I'll post another update at the end of the course in March.

February 1, 2013

Lines vs. Bars for Categorical Data

I recently commented on a thread started by Joey Cherdarchuk in the LinkedIn Data Visualization group. The thread discusses Joey's reworking of an infographic about social media demographics. Joey used diverging stacked bar charts to significantly improve upon the original, which used pie charts. You can read Joey's blog post in full here.

I suggested an alternative would be to use a simple line chart. This is a technique often advocated by Kaiser Fung on his excellent Junk Charts blog. Here's an example of his approach. Many people react negatively to this technique as you can see in the comments section of Kaiser's post. Here's his response:
You won't be the only reader to feel this way. Over the years, I have had complaints from readers about lines connecting categorical data every time I put up such a chart.
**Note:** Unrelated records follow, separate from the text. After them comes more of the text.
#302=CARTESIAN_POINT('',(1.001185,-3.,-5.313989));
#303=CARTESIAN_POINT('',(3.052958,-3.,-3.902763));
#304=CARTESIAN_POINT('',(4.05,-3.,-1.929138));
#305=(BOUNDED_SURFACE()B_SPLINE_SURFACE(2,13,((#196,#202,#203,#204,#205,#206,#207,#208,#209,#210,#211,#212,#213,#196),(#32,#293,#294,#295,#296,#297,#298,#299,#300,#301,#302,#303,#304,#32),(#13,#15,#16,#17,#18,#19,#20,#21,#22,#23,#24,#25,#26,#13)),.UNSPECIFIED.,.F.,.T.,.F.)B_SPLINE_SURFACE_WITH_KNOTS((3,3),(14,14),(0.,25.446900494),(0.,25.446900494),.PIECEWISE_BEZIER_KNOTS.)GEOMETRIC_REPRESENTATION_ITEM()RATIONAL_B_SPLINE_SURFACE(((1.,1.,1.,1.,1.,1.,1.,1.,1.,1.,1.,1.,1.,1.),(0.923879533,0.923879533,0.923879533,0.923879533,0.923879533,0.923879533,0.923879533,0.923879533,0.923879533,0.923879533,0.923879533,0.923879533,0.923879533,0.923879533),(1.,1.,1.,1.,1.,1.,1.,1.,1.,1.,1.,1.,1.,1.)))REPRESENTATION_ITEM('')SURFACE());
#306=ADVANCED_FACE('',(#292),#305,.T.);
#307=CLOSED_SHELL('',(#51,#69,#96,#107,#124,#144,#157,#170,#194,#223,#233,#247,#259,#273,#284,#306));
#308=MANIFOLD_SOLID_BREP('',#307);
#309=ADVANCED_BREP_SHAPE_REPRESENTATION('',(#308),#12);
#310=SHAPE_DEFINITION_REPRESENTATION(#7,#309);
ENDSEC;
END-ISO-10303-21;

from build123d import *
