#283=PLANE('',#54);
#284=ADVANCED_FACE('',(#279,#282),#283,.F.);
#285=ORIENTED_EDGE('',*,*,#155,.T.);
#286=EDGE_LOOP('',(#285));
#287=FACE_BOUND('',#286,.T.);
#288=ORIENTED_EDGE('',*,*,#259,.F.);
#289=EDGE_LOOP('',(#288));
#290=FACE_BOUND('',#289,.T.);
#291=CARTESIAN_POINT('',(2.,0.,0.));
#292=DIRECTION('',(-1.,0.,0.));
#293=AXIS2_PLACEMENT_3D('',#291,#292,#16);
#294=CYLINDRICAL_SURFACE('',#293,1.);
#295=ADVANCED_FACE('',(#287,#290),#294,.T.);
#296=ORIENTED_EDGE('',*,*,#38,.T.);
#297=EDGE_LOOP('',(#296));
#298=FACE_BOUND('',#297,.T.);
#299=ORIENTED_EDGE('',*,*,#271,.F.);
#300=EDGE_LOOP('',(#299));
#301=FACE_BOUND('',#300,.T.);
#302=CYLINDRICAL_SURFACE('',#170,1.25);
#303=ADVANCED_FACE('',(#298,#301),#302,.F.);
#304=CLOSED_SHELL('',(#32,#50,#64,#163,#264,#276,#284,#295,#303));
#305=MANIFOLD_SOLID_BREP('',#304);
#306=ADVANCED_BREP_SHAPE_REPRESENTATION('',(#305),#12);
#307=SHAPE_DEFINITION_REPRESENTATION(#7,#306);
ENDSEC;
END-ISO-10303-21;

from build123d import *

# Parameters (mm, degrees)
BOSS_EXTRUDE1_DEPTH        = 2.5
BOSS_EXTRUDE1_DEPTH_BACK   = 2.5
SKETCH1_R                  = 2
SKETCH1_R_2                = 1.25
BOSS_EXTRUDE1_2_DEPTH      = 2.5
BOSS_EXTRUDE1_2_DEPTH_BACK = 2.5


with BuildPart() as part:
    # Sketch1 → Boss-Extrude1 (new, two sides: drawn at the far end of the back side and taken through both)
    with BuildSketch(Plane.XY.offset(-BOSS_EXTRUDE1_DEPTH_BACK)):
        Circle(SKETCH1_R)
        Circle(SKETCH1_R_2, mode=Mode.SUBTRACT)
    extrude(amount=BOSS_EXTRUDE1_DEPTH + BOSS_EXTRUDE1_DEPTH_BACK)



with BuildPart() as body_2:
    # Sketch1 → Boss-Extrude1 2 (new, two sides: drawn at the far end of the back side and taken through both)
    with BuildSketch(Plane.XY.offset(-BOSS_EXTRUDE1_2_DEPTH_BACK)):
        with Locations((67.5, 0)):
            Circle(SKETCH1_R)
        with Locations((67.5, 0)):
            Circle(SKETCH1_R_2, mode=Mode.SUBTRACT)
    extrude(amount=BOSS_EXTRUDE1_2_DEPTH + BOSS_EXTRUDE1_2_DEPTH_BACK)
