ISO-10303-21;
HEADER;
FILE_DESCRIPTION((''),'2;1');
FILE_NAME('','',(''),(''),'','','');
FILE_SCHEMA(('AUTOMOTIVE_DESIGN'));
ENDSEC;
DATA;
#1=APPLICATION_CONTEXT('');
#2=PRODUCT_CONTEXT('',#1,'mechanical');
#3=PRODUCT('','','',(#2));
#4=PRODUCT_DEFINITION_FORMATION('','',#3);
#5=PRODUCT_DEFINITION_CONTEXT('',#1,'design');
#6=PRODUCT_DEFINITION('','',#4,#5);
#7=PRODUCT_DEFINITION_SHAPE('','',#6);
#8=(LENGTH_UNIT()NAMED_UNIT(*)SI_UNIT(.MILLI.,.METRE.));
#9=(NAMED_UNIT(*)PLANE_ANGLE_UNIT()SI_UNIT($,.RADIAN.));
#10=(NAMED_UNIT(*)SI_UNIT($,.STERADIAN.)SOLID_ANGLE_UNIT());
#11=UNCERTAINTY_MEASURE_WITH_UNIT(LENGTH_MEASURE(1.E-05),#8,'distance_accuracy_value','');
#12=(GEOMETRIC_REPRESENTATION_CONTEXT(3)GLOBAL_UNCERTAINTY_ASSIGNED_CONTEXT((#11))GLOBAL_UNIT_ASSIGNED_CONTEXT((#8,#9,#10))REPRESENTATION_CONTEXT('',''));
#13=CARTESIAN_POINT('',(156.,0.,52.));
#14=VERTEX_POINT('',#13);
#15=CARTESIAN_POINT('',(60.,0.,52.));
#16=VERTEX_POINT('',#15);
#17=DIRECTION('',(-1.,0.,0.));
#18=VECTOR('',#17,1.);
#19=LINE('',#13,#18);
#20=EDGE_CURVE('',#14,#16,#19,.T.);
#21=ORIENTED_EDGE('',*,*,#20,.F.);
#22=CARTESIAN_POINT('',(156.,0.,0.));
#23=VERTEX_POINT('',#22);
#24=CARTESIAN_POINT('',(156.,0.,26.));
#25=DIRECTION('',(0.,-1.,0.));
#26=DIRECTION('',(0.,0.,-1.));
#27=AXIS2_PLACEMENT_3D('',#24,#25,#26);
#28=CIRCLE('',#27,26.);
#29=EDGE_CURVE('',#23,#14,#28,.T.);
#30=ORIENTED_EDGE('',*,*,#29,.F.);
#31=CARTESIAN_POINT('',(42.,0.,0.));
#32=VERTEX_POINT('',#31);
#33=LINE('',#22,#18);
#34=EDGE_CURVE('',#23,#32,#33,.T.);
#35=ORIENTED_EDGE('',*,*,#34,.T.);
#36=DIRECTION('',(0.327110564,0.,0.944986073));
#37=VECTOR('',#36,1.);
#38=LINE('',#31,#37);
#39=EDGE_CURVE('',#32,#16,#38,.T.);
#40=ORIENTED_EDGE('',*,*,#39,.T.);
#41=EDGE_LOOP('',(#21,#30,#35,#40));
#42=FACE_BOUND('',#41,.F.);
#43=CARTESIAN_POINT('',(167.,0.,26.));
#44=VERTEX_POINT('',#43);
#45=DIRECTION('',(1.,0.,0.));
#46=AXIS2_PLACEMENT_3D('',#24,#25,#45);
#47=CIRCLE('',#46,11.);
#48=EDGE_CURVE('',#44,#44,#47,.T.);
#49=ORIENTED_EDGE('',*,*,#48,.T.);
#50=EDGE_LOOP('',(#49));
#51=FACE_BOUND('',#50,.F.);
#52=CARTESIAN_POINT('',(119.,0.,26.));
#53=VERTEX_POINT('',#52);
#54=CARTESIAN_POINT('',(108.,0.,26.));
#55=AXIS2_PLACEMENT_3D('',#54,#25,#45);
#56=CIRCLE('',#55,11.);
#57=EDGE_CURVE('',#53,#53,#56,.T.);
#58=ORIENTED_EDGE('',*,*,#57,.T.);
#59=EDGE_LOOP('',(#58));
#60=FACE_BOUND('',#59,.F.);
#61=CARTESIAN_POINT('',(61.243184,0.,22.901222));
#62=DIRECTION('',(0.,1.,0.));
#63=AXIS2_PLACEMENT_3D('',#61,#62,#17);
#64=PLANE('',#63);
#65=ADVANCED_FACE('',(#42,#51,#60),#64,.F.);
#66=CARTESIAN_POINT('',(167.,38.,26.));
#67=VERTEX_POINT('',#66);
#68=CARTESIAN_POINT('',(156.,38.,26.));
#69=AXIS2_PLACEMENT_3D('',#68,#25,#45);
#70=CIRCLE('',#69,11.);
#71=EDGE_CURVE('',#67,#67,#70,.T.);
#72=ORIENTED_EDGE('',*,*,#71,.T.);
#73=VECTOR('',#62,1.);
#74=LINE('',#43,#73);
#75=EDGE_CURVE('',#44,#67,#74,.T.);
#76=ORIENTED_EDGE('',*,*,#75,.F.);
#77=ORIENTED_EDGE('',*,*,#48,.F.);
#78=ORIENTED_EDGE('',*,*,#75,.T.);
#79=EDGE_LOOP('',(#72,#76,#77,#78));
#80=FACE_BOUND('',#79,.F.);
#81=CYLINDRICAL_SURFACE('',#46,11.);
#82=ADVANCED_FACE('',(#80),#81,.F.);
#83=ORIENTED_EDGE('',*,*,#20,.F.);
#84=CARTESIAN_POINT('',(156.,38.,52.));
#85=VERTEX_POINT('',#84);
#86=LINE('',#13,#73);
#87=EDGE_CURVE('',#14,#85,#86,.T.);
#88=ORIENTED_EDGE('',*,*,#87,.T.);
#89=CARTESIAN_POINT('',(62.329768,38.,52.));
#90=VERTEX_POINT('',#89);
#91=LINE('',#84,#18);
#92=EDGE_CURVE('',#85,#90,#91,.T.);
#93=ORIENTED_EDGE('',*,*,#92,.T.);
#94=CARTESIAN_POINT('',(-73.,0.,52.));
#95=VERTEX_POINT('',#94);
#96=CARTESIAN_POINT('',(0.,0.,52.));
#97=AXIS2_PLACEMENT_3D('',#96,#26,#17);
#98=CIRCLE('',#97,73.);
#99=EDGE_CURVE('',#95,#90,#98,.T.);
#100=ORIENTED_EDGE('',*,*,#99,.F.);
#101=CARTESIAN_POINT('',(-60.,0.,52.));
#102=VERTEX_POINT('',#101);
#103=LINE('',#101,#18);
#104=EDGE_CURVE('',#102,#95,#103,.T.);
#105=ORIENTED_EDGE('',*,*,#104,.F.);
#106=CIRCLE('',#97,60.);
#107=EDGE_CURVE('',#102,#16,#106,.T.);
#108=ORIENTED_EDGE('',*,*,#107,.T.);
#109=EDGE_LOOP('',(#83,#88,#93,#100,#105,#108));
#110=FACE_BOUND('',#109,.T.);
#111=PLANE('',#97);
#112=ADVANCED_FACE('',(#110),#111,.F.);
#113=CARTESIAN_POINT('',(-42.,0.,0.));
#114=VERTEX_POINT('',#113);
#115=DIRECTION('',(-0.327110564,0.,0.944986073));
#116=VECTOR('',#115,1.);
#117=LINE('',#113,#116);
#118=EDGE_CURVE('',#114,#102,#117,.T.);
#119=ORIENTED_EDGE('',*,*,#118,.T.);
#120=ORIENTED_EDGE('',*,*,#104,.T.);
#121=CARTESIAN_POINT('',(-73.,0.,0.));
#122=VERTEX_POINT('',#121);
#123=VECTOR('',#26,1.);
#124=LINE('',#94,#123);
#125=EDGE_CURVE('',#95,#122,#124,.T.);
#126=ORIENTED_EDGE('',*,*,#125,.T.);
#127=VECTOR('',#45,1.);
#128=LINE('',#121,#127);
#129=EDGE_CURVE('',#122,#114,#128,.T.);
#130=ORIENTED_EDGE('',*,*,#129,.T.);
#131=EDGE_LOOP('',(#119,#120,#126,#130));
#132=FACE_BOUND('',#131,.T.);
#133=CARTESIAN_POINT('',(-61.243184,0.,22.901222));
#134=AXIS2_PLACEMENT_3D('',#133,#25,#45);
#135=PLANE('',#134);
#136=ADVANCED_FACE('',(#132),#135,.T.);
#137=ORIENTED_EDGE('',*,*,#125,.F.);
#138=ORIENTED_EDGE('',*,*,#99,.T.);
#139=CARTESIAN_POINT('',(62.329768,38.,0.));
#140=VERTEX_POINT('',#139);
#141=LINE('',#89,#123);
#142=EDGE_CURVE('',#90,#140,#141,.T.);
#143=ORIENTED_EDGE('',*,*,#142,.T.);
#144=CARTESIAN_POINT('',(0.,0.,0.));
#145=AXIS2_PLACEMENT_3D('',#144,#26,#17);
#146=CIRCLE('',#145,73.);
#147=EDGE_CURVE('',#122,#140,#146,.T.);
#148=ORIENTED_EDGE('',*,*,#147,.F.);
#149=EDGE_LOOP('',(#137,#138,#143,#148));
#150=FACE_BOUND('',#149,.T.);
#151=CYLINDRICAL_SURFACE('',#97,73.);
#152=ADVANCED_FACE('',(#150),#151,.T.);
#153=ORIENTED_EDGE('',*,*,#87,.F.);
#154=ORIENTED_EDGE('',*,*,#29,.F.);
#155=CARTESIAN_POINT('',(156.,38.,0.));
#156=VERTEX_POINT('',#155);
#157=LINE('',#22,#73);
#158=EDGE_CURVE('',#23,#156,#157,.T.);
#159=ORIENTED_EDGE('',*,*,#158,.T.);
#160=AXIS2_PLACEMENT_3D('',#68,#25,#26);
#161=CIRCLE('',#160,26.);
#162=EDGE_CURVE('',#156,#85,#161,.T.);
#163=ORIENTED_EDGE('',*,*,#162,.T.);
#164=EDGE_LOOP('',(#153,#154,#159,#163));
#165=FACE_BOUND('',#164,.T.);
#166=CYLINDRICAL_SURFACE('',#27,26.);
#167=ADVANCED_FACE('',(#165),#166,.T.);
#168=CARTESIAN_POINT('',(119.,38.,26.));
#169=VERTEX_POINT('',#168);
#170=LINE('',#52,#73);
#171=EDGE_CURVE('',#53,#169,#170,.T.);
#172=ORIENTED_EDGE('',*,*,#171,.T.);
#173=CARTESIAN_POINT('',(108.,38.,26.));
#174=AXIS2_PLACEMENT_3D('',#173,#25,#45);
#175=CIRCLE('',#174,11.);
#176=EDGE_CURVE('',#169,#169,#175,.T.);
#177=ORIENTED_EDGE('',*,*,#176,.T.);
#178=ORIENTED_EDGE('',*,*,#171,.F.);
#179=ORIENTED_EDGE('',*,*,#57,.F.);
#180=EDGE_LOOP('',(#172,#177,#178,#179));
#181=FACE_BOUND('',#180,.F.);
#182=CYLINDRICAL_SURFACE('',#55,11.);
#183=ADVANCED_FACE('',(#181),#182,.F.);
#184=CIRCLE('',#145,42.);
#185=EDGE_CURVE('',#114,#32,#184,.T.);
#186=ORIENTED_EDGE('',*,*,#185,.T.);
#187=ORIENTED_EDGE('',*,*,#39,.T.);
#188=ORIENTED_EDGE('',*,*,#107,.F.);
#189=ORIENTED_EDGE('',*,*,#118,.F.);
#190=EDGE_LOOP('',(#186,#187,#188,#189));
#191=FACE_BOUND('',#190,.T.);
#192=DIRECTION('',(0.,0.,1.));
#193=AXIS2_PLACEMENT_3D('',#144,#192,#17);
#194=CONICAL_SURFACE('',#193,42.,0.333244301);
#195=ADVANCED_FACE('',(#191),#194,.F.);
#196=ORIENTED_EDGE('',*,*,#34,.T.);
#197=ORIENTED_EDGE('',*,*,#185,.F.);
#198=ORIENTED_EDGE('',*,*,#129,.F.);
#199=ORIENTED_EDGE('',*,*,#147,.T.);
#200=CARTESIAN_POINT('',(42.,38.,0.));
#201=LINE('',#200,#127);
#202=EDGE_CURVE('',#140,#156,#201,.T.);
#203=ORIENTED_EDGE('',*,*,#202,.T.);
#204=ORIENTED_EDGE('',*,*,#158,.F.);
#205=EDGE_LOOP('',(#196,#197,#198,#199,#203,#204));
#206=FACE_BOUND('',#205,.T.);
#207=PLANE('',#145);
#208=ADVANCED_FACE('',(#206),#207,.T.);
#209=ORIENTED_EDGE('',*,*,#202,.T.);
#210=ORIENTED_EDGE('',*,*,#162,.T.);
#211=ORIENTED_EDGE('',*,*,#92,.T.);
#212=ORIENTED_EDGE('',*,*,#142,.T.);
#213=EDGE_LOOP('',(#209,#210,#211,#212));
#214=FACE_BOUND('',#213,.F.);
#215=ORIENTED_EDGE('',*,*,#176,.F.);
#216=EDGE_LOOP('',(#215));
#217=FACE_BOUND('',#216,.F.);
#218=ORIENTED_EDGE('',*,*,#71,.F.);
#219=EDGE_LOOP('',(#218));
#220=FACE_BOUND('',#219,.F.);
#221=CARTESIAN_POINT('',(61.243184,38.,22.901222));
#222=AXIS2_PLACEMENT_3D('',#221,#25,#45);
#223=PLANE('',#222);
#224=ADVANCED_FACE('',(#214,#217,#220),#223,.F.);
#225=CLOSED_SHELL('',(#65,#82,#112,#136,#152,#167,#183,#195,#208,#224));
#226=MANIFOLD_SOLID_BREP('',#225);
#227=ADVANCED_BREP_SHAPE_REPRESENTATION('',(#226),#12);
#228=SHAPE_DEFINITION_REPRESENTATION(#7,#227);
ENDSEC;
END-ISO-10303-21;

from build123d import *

# Parameters (mm, degrees)
F1_ANGLE = 180
F2_R     = 11
F3_DEPTH = 38


with BuildPart() as f1:
    # F0 (on Front) → F1 (revolve)
    with BuildSketch(Plane.XZ):
        Polygon((-73, 52), (-73, 0), (-42, 0), (-60, 52), align=None)
    revolve(axis=Axis((0, 0, -1.894746), (0, 0, -1)), revolution_arc=F1_ANGLE)

    # F2 (on face) → F3 (join)
    with BuildSketch(Plane.XZ):
        Polygon((73, 52), (60, 52), (42, 0), (73, 0), align=None)
        with BuildLine():
            Line((156, 52), (73, 52))
            Line((73, 52), (73, 0))
            Line((73, 0), (156, 0))
            ThreePointArc((156, 0), (182, 26), (156, 52))
        make_face()
        with Locations((108, 26)):
            Circle(F2_R, mode=Mode.SUBTRACT)
        with Locations((156, 26)):
            Circle(F2_R, mode=Mode.SUBTRACT)
    extrude(amount=-F3_DEPTH)


solid = f1.part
Here's my reasoning: follow your eyes as you read a dot plot, you are visually tracing the lines that I have drawn, why not just draw the lines?
I happen to agree with Kaiser; using lines helps tie together the separate data points so you can more easily see trends and make comparisons.

I applied this treatment to the social demographics data from the original infographic. You can see the results below (interactive version here):

This approach certainly has its merits. You can clearly see that for most social media platforms, participation rates increase with age. Google+ is the obvious exception and the trend for Reddit is flat. As you'd expect, the trend is most stark for LinkedIn; the professional network.
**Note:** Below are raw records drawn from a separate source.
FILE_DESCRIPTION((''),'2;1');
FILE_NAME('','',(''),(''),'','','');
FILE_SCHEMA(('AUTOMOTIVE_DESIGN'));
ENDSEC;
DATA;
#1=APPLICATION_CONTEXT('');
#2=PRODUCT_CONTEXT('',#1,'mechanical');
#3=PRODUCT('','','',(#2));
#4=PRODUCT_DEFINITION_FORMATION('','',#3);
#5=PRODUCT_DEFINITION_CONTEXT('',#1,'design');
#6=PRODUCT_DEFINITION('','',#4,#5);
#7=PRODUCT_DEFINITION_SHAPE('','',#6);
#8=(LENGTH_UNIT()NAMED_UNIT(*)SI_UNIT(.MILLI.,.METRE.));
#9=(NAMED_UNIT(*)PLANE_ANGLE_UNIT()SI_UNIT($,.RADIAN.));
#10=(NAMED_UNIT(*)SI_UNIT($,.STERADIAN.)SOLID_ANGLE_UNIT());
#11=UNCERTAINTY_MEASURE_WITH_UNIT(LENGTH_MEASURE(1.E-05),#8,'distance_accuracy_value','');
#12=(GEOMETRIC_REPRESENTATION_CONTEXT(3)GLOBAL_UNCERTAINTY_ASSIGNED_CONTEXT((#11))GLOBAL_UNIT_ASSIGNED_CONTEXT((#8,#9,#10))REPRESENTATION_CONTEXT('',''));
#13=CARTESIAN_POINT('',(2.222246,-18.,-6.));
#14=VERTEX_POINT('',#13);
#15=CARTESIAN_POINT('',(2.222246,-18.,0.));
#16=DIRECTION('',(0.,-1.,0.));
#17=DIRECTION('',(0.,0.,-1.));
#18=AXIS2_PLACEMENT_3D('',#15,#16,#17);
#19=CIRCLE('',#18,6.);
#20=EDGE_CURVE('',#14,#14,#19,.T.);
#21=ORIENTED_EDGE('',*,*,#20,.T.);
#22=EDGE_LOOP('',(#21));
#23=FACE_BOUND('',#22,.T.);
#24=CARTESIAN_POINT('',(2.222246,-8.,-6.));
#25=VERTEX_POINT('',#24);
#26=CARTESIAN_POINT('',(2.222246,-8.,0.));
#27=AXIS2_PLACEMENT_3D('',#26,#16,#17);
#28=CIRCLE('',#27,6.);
The interactive version also has examples of the data plotted using point charts and bar charts (stacked and clustered). None of which I feel work as well as the simple line chart. For example, here's a clustered bar chart.
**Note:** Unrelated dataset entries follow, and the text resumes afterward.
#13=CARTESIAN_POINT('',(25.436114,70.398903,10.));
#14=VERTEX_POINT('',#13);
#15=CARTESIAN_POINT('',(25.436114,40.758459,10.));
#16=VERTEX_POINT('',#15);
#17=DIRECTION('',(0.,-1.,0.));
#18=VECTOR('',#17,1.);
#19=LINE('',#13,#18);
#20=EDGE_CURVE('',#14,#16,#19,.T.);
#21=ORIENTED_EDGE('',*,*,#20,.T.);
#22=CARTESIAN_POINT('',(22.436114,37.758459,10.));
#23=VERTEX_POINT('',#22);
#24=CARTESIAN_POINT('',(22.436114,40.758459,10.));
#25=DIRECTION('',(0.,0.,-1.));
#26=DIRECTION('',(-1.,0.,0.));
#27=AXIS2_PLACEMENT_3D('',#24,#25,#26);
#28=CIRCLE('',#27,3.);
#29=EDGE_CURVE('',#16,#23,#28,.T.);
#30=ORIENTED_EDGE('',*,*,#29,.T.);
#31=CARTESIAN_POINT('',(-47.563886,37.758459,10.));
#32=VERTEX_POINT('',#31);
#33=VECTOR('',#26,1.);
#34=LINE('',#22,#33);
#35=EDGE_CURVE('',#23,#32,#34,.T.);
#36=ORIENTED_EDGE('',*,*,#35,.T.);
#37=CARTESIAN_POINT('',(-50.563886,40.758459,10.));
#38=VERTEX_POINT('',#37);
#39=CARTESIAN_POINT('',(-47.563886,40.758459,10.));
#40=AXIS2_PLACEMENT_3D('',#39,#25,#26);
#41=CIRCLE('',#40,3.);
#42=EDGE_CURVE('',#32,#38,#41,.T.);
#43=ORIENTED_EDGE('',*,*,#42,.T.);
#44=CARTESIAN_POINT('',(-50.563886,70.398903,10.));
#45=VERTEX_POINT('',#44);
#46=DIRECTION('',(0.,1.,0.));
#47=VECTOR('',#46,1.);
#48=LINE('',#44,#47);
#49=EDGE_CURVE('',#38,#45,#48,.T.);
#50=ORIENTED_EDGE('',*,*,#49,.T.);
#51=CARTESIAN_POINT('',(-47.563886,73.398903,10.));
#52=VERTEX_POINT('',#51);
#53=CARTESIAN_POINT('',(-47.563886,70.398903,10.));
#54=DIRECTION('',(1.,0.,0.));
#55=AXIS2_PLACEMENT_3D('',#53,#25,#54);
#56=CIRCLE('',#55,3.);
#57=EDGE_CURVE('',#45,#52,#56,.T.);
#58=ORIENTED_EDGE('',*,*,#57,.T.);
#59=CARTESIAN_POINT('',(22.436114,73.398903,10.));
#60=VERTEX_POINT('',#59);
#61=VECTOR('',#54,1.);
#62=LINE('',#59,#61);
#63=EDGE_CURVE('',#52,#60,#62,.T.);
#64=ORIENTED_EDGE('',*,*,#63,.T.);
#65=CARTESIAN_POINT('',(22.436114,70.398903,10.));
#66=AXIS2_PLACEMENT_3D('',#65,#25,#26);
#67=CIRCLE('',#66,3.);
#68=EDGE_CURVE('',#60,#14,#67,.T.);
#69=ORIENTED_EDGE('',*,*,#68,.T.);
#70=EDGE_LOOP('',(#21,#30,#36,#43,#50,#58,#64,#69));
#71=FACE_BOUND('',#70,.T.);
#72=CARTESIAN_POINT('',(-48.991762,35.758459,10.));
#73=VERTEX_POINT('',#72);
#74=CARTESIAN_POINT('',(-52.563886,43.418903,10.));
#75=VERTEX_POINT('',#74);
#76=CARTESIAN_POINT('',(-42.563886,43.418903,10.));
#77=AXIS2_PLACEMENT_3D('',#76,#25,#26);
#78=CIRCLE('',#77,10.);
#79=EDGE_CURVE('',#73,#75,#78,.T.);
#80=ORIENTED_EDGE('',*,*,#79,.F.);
I think it's important not to reflexively rule out line charts when dealing with categorical data as the technique can yield useful insights.

Update (2013-02-22)

During further discussion on the LinkedIn Data Visualization group, Bill Droogendyk referenced an excellent article on the subject of visualizing quantitative data by one of my favourite viusualization thought leaders, Steven Few. The article entitiled "Quantitative vs. Categorical Data: A Difference Worth Knowing" discusses the different types of categorical data:
  • nominal
  • ordinal
  • interval
Using Few's nomenclature, the Age axis used in the charts above is an interval scale, for which Few recommends line (and bar) charts. Kaiser Fung's example uses an ordinal scale. At first glance some interpret it as nominal but fail to notice the following treatment:
I sorted the schools by the ratio of three-pointers to midrange jump shots.

By ranking the schools, the scale Fung uses is ordinal. Now here is where Fung and Few differ. Few advises against using line charts with ordinal scales, whereas Fung does so quite often.

I sit on the fence: I reckon it's worth considering a line chart for categorical data (interval & ordinal) and seeing for yourself.